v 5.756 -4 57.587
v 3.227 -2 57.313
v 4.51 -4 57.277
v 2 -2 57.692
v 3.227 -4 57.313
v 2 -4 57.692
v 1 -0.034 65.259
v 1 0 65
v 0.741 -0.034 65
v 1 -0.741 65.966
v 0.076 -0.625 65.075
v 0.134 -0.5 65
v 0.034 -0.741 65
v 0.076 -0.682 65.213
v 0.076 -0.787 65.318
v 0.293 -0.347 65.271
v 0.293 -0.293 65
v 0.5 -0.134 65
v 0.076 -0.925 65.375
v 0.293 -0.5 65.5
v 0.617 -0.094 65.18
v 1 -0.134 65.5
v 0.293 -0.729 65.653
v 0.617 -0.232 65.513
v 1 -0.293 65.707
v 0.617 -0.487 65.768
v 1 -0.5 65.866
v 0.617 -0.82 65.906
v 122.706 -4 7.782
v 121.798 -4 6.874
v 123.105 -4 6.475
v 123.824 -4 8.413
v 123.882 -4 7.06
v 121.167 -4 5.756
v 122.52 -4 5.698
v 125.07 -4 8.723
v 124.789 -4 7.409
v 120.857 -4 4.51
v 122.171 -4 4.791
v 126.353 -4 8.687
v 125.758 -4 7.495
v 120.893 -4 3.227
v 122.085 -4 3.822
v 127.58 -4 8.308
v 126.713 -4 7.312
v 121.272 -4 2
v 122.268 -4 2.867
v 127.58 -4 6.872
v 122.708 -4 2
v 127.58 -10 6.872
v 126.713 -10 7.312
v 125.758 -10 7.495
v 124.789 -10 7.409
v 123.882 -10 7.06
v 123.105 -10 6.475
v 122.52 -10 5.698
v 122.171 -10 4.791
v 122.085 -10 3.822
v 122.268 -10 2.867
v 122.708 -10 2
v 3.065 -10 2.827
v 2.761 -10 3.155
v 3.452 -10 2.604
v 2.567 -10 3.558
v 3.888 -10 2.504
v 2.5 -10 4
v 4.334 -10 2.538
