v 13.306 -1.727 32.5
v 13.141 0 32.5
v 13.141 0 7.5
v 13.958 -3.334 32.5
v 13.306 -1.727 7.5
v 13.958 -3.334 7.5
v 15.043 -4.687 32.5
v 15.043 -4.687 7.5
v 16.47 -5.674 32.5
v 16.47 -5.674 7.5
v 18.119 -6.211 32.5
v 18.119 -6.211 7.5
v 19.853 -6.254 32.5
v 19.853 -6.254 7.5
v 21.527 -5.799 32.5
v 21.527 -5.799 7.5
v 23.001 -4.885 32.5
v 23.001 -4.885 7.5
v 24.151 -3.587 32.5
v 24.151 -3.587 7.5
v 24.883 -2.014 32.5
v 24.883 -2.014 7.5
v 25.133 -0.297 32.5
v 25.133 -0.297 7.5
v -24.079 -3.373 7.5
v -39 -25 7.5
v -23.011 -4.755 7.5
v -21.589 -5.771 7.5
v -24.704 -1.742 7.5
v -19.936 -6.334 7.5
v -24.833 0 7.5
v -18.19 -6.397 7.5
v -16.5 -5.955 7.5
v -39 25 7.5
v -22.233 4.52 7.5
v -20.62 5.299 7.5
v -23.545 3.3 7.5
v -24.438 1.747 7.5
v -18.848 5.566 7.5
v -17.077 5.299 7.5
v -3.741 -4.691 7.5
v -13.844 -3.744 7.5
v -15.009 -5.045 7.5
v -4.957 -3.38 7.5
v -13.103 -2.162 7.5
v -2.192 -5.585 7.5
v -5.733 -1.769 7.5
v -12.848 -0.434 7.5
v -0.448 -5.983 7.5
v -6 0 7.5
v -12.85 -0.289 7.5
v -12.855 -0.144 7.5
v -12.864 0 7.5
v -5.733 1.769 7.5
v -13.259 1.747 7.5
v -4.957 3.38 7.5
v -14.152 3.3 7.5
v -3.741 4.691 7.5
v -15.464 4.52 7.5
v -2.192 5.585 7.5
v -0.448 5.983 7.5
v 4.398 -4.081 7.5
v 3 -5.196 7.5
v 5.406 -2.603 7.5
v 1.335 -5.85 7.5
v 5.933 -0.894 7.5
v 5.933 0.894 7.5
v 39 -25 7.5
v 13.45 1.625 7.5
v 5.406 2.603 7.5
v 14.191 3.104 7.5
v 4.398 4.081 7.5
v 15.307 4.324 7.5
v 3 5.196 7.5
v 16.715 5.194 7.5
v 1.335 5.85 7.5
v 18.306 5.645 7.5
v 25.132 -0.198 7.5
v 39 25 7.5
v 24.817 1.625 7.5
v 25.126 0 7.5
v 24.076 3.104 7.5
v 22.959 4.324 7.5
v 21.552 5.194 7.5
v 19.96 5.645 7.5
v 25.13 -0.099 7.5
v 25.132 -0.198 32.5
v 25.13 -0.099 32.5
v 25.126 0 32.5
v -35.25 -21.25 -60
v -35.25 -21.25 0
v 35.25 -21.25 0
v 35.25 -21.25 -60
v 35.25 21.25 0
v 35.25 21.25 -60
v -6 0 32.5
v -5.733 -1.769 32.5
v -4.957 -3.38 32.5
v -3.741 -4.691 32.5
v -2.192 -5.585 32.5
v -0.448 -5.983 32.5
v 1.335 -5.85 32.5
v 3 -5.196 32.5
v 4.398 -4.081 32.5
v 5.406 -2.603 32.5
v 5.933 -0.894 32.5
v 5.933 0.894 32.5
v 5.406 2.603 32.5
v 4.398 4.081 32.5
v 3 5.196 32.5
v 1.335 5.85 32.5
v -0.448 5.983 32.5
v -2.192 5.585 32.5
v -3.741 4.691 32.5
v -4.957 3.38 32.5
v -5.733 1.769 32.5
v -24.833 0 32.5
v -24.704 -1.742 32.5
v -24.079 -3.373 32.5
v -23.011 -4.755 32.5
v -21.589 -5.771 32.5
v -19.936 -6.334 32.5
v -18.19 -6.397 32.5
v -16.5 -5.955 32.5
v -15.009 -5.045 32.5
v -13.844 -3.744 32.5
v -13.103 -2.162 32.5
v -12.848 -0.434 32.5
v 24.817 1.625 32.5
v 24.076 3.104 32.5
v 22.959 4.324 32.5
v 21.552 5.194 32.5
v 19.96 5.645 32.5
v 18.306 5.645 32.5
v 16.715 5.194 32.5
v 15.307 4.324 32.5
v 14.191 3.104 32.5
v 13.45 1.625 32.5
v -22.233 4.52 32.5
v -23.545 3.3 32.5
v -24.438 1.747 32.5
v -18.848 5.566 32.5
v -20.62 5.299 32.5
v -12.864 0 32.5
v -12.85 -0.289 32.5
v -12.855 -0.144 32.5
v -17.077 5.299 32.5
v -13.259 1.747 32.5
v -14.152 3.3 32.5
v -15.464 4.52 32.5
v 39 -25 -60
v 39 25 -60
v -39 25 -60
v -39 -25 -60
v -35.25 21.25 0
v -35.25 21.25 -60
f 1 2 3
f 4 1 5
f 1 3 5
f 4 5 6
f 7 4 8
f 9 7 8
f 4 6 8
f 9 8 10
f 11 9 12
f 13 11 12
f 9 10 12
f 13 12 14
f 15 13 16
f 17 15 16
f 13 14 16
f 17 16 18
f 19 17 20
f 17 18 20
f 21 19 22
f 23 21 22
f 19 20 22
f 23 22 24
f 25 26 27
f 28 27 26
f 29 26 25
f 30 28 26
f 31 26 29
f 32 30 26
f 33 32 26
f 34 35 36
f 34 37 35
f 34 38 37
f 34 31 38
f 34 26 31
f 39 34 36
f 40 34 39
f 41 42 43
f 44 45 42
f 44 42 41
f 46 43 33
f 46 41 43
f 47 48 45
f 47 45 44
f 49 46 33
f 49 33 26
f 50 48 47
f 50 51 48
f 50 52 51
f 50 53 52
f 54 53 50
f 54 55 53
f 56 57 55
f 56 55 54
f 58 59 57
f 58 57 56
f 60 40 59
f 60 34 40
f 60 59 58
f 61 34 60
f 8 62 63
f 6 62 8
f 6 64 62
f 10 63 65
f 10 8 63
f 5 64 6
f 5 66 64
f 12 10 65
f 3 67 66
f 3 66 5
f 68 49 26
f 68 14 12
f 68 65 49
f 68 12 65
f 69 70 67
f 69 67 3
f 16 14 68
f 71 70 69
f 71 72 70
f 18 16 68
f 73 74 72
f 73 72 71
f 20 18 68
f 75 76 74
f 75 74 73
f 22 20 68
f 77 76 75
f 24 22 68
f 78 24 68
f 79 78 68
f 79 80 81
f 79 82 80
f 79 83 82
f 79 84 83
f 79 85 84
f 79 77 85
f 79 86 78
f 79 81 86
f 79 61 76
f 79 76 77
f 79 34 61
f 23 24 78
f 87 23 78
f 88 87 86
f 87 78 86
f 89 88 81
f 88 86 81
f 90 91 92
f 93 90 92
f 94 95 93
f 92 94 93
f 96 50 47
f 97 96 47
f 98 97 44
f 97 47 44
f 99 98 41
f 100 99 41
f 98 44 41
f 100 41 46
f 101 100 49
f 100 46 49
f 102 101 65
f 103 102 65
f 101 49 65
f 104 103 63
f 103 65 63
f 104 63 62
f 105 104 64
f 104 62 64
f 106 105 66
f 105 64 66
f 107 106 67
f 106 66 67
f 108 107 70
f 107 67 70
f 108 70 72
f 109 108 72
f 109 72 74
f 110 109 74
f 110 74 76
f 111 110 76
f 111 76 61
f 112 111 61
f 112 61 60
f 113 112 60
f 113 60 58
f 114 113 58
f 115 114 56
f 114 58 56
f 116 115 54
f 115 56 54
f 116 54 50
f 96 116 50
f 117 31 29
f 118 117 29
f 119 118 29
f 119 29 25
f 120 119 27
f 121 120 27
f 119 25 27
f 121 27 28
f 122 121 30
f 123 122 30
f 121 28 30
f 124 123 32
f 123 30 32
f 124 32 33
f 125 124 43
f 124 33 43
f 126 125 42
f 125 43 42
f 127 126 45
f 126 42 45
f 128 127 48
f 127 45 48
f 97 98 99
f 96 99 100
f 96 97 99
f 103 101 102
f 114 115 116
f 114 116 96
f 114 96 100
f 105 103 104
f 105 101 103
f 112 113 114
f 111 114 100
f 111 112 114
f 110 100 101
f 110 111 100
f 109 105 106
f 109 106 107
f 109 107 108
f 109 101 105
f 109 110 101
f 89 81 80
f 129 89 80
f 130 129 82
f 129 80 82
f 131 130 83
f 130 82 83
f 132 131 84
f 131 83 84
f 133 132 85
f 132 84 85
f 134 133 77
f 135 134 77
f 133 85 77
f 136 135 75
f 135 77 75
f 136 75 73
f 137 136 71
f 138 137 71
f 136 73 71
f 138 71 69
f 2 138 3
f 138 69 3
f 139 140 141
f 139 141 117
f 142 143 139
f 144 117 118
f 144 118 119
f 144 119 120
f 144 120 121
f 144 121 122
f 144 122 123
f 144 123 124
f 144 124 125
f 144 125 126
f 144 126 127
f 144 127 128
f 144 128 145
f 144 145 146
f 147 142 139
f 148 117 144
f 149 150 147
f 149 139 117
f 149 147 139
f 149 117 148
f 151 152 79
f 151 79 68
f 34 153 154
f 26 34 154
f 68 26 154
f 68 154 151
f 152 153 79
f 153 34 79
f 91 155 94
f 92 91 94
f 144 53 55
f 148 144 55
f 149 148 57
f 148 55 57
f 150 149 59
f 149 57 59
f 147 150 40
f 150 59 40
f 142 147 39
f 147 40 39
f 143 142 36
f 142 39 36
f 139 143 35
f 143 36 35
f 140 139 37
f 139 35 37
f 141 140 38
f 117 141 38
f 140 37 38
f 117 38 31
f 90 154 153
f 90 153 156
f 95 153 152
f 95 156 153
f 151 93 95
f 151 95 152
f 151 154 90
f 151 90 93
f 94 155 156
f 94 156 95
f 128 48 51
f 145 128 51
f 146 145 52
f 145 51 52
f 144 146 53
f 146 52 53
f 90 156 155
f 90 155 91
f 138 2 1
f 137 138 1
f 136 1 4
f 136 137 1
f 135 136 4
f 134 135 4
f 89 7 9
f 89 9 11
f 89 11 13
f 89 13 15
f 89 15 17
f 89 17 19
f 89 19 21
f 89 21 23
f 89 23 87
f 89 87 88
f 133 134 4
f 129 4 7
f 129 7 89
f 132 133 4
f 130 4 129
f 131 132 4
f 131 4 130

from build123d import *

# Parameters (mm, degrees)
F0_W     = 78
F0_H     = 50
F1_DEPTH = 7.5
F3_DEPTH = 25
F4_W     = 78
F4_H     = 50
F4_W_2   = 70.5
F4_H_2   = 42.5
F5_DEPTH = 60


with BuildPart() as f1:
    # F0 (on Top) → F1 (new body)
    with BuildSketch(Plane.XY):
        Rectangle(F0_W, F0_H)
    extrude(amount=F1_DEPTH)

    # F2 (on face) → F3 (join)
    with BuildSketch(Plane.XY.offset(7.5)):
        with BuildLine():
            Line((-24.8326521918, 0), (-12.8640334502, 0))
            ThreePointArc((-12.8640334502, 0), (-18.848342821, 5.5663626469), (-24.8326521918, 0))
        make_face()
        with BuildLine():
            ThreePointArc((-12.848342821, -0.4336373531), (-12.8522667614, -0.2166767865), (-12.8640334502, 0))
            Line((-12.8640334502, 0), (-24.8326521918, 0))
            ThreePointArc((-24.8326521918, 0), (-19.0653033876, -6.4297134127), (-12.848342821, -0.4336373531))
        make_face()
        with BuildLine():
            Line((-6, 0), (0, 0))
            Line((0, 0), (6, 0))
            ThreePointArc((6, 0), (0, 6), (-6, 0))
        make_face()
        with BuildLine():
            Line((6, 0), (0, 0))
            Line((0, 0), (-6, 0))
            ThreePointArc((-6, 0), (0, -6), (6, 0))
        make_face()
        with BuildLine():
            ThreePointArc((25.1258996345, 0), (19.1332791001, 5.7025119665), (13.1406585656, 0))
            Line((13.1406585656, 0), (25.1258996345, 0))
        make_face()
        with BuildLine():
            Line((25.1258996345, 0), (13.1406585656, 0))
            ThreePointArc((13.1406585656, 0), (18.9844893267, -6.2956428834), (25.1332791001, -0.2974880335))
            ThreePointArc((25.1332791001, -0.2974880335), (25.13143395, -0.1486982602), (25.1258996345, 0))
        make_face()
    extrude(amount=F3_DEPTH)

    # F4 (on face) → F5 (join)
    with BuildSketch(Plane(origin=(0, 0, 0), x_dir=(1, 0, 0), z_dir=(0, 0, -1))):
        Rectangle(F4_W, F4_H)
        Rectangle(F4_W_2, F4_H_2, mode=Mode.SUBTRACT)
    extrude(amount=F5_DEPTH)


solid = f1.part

...

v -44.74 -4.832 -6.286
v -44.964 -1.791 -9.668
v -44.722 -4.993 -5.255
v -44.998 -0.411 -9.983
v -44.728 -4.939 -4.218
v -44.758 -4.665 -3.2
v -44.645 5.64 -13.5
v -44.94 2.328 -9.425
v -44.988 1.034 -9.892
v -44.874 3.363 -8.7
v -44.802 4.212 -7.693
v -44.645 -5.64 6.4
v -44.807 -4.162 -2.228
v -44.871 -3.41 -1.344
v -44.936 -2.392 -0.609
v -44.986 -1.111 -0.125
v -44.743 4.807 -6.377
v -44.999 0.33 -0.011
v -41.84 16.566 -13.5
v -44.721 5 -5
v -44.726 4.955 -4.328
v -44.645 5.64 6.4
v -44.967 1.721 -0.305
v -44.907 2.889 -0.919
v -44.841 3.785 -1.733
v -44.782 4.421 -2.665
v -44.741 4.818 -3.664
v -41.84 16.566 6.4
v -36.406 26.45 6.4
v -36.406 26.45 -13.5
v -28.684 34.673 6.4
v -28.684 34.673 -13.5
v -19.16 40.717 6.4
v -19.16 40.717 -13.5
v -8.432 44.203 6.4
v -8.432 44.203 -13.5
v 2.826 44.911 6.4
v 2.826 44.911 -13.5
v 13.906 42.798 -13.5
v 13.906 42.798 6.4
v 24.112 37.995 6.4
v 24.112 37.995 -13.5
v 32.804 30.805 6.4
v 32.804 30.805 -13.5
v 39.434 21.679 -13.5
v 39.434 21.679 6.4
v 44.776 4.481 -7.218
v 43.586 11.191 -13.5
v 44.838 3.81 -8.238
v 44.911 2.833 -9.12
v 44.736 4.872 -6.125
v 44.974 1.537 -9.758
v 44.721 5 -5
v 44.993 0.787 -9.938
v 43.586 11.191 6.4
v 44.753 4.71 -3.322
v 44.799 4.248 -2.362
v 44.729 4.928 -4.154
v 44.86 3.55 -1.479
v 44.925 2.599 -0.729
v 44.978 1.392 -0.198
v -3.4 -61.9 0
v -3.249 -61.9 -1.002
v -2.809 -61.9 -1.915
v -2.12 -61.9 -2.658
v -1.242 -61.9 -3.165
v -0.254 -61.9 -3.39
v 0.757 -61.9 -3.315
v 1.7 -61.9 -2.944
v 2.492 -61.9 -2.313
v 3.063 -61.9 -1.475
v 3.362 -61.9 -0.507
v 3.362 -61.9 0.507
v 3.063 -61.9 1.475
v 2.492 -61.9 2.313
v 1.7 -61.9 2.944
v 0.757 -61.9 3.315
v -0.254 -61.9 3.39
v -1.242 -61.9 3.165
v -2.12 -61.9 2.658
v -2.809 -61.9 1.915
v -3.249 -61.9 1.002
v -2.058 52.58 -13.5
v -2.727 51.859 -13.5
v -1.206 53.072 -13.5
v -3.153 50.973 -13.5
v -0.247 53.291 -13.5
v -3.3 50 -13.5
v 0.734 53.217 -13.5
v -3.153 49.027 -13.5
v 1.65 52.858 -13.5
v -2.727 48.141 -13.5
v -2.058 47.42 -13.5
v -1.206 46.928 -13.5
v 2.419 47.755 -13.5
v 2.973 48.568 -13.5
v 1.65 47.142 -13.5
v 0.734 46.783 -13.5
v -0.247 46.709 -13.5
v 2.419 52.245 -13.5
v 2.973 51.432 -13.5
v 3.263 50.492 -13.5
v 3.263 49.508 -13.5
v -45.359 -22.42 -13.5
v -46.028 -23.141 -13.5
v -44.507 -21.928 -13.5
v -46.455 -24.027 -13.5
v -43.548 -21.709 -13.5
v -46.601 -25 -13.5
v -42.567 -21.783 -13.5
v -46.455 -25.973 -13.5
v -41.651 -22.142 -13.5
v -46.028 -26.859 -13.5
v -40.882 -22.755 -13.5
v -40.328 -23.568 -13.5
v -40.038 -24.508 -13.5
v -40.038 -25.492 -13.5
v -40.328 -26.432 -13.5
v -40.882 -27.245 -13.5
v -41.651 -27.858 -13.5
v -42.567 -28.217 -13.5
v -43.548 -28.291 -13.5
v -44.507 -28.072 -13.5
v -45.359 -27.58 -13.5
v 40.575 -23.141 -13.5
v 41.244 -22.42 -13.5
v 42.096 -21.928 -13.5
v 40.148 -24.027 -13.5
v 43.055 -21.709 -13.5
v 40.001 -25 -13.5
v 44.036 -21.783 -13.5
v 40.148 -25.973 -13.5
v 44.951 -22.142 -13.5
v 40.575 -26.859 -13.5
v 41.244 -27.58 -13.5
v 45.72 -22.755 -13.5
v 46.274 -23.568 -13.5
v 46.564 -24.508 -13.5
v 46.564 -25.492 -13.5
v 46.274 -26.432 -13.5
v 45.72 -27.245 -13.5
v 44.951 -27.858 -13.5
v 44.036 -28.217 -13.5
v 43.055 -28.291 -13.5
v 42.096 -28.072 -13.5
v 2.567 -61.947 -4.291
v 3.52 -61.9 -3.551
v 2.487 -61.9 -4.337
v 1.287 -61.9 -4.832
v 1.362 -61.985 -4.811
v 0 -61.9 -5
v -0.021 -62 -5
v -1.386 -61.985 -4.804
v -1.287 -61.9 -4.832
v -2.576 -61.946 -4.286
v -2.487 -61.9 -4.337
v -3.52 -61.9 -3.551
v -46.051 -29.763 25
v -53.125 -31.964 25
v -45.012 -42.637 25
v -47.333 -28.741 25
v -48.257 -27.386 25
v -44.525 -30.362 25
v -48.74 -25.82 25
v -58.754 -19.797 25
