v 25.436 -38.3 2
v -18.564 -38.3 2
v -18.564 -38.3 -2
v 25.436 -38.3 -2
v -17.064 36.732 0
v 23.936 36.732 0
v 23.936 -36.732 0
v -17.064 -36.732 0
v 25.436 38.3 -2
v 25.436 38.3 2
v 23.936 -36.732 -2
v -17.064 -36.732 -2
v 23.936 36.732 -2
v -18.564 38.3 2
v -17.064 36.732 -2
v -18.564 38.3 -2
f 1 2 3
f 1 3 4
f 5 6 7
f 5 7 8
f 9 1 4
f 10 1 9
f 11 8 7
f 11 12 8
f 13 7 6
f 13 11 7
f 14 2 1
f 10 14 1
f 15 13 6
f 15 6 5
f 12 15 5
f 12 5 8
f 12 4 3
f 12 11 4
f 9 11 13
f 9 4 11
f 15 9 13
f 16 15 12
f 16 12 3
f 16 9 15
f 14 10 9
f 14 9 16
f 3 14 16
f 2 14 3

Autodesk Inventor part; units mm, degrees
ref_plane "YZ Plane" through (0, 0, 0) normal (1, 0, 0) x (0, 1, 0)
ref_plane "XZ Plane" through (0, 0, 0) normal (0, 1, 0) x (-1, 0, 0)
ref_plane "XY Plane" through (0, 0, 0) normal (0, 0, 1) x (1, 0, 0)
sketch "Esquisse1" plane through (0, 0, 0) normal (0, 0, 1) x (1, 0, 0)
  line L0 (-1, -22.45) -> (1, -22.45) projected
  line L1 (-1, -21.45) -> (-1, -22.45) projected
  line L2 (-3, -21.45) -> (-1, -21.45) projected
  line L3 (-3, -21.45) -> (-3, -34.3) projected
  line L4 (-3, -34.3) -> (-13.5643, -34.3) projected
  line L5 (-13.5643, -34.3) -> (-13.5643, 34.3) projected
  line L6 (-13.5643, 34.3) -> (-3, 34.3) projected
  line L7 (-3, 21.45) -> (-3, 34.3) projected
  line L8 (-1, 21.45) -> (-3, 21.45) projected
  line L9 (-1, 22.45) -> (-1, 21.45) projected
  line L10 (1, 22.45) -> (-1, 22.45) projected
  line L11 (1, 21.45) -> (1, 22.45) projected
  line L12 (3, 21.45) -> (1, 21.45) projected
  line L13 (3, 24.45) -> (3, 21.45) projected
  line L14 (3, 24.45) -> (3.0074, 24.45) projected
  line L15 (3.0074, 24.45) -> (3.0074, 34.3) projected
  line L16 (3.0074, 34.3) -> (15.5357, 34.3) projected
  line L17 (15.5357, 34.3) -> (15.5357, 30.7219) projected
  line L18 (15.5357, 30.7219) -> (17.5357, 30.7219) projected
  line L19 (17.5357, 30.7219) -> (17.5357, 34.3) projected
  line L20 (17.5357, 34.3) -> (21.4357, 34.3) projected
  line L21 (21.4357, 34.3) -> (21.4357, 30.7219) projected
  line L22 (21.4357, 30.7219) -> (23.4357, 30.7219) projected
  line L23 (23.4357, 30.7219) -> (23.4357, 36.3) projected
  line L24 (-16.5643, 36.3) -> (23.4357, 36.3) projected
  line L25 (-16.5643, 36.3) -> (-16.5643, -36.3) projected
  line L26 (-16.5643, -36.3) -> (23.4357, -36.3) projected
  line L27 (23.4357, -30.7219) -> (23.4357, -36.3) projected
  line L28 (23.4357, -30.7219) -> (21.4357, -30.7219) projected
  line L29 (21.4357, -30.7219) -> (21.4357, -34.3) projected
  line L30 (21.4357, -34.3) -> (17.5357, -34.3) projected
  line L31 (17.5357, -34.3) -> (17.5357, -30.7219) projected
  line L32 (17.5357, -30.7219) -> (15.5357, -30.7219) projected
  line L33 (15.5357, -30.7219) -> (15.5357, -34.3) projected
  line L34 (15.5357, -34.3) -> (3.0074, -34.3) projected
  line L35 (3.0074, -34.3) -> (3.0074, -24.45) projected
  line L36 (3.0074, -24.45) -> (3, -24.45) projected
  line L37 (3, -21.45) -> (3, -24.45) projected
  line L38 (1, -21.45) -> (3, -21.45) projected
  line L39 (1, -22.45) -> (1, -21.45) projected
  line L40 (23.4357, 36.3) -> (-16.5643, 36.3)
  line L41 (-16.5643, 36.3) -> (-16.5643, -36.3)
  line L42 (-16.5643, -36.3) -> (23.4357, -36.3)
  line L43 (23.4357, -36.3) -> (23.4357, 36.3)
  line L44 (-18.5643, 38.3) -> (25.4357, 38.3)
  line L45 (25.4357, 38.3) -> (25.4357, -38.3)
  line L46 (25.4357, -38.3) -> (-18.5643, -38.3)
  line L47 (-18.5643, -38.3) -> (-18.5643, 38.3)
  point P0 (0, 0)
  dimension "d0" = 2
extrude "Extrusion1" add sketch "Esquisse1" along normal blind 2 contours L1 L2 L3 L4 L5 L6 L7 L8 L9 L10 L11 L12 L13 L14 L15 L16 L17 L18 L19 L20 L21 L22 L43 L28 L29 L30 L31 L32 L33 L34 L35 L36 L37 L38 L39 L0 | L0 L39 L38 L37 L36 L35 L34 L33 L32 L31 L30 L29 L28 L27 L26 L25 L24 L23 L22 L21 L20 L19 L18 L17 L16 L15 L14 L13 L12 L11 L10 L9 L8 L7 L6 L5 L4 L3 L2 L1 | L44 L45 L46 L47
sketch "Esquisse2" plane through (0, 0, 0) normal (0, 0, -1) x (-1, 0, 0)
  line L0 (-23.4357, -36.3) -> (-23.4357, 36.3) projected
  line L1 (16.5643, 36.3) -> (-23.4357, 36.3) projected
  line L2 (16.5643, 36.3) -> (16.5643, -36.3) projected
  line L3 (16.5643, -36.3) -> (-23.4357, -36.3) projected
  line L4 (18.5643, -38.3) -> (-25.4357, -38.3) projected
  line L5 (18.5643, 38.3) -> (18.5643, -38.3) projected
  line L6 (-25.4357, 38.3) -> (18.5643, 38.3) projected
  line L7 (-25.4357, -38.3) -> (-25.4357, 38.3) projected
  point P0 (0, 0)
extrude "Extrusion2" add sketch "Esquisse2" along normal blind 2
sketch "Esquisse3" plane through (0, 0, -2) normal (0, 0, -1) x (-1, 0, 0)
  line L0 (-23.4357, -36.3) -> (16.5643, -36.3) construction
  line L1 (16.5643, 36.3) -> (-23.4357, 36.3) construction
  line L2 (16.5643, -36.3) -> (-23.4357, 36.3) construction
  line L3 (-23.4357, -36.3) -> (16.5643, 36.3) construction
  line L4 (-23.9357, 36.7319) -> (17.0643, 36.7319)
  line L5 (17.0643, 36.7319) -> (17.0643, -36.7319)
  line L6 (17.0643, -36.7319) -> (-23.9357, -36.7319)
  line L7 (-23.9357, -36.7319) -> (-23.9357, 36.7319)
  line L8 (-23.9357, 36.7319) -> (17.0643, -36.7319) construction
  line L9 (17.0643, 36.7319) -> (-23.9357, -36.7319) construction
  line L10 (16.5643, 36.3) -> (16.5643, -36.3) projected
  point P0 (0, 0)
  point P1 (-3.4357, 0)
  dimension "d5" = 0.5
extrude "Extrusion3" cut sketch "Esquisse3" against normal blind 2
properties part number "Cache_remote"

Activity:
Using the entries shown above, reproduce verbatim the lines from the line bearing "f 151 93 95" to the line bearing "f 130 4 129", inclusive.

The answer:
f 151 93 95
f 151 95 152
f 151 154 90
f 151 90 93
f 94 155 156
f 94 156 95
f 128 48 51
f 145 128 51
f 146 145 52
f 145 51 52
f 144 146 53
f 146 52 53
f 90 156 155
f 90 155 91
f 138 2 1
f 137 138 1
f 136 1 4
f 136 137 1
f 135 136 4
f 134 135 4
f 89 7 9
f 89 9 11
f 89 11 13
f 89 13 15
f 89 15 17
f 89 17 19
f 89 19 21
f 89 21 23
f 89 23 87
f 89 87 88
f 133 134 4
f 129 4 7
f 129 7 89
f 132 133 4
f 130 4 129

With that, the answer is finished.